Lin et al., 2024. The model is split in two halves. The first half computes K, V normally. The second half does CROSS-ATTENTION onto the last K, V produced by the first half — no new K, V are computed for those layers. KV cache memory drops by ~2× at long context.

Why it didn’t ship in this round: CausalSelfAttention’s forward treats Q, K, V as locally-computed. Adding cross-attention requires either:

A second “CrossAttention” module with the same call surface but K, V come from a caller-supplied source. Then half the blocks construct CausalSelfAttention, half construct CrossAttention. The model’s forward captures the last K, V of the first half and plumbs them through. ~150 lines.
Refactoring CausalSelfAttention itself to optionally take external K, V tensors. Less new code but more invasive (every existing call site has to ignore the new optional). ~100 lines.

Either works; both need a careful pass on the KV-cached sampling path (KVCache.swift, KVCacheHF.swift) where the cross-attention layers DON’T grow their own cache.

Mixture of Depths (Raposo et al., 2024) (shipped — soft routing)

--mod flag on tinygpt train. Each TransformerBlock gains a per-token sigmoid gate:

out = x + sigmoid(router(x)) · (block(x) − x)

Tokens the router scores low pass through unchanged; tokens it scores high get the full block treatment. Init bias zero → gate ≈ 0.5 → block fires half-strength at init; training pushes the gate towards 0 or 1 per token.

Shipped variant: soft routing only. The hard-top-K + scatter variant (the version that ACTUALLY saves compute) is blocked on the same scatter_add upstream gap as sparse MoE — see docs/moe.md. Soft routing gives the architectural change

training signal without the compute saving.
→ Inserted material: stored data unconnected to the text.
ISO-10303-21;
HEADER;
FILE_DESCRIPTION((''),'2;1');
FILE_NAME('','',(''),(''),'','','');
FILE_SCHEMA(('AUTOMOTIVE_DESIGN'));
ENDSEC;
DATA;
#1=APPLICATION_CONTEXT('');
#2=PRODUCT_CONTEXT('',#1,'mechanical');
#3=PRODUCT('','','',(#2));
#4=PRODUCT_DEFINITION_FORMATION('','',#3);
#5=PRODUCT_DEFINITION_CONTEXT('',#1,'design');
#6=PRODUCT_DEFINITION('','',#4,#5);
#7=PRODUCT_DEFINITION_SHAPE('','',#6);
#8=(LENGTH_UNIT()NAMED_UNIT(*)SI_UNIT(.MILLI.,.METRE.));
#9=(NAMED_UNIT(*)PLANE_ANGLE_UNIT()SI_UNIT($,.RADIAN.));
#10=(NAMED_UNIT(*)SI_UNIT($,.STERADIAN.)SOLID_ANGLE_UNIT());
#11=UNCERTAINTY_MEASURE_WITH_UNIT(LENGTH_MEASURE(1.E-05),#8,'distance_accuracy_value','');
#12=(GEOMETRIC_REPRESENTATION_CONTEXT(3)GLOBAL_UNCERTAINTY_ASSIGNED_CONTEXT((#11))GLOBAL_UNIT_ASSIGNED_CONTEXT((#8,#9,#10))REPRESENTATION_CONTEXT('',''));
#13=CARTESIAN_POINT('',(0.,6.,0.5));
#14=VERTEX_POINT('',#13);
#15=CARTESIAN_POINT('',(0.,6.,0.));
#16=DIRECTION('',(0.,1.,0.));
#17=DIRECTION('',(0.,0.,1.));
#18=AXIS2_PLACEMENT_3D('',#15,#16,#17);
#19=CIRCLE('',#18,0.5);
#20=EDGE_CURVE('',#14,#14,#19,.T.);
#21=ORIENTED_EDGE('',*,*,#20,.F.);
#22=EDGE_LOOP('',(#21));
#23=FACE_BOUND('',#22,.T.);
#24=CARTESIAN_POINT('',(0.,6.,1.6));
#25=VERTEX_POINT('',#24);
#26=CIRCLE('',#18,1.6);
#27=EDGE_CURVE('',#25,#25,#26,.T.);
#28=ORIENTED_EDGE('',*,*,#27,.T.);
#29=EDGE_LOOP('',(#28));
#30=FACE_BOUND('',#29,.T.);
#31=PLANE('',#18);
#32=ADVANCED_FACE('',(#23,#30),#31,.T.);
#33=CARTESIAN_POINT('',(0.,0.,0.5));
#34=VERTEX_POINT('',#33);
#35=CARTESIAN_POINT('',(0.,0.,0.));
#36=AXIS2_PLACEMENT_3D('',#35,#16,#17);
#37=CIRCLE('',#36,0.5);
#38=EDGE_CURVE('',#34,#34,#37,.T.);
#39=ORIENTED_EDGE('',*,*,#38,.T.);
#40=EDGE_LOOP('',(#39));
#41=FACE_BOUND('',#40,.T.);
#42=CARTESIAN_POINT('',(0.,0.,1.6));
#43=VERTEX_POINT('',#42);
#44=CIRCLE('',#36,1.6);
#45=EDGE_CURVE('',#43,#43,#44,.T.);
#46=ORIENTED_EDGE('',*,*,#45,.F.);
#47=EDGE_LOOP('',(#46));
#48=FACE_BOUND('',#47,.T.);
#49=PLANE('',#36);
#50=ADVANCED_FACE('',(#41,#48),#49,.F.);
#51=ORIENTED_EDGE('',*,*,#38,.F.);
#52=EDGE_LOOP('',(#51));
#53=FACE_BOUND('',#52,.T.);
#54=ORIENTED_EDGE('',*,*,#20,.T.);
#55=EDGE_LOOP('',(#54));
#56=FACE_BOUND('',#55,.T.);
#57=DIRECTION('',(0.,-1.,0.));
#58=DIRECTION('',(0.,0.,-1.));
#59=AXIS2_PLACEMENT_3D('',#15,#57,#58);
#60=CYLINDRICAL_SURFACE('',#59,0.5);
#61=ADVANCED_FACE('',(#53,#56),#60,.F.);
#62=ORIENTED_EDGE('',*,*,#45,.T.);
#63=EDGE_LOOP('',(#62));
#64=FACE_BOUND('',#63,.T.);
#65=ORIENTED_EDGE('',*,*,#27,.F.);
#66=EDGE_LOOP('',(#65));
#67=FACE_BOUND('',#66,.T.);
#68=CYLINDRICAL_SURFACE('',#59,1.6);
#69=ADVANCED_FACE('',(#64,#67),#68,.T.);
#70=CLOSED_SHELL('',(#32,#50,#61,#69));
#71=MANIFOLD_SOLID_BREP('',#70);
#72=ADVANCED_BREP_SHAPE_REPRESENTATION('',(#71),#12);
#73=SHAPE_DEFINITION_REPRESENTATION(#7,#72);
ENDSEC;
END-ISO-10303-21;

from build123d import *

# Parameters (mm, degrees)
SKETCHCYLINDER_R          = 1.6
SKETCHCYLINDER_R_2        = 0.5
BOSSEXTRUDECYLINDER_DEPTH = 6


with BuildPart() as part:
    # SketchCylinder → BossExtrudeCylinder (new body)
    with BuildSketch(Plane(origin=(0, 0, 0), x_dir=(1, 0, 0), z_dir=(0, 1, 0))):
        with Locations(Location((0, 0, 0), (0, 0, 270))):
            Circle(SKETCHCYLINDER_R)
        with Locations(Location((0, 0, 0), (0, 0, 270))):
            Circle(SKETCHCYLINDER_R_2, mode=Mode.SUBTRACT)
    extrude(amount=BOSSEXTRUDECYLINDER_DEPTH)


solid = part.part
When scatter_add lands, swap the sigmoid gate for argTopK + STE and the compute saving lands too.

Phase 8 — interpretability remainder

Item	Status	Notes
Logit lens	✅ shipped	Button in browser playground.
Attention heatmap	✅ shipped	Existing “Watch the model think” panel.
Per-layer ablation	✅ shipped	”Ablate & sample” button.
Activation patching	✅ shipped — position-zeroing variant	Worker `patch` message + `GpuModel.generatePatched`. Zeroes the residual stream at (layer, position); donor → recipient SWAP is the next iteration.
Tuned lens	✅ shipped	`tinygpt tuned-lens` Mac CLI command trains per-layer probes on a frozen base. Sidecar `.lenses` file format. `TinyGPTModel.forwardTunedLens` for inference once loaded.

Activation patching (Meng et al., 2022) (shipped — zero-patch variant)

webgpu/train.wgsl gains a patch_zero kernel; worker exposes a patch message. The simplest causal intervention: at the specified (layer, position), ZERO OUT the residual stream value. The output reveals whether that token’s representation at that depth was load-bearing.

The full donor → recipient SWAP (Meng et al., 2022’s original variant) requires:

A second forward over the donor prompt with hidden-state capture at (layer, position) coords (download to CPU is fine for the small models we run).
An “upload + scatter into a row” GPU op (slot the donor’s value into the recipient’s residual stream at that position).
A two-prompt UI to pick donor and recipient.

The shipped zero-patch is mechanically the same gate (replace one row of x); the donor-swap path differs only in WHAT we put in that row. Bounded follow-up.

Tuned lens (Belrose et al., 2023) (shipped)

tinygpt tuned-lens <model> --corpus <text> trains one Linear(d_model → vocab) per layer with the base model frozen. Cross-entropy on each layer’s projection, mean across layers, AdamW. Output: a small .lenses sidecar (~L × (vocab+1) × d_model floats) in a custom “TGTL v1” format.

Inference side: TinyGPTModel.forwardTunedLens(idx) runs the base forward with forwardLayerwise, then applies the per-layer probes — cleaner than the raw logit lens for “what does layer 3 think the next token is?” questions. The browser playground’s lens button still uses the raw final-LN+LM-head projection; wiring the tuned sidecar into the browser is the next iteration.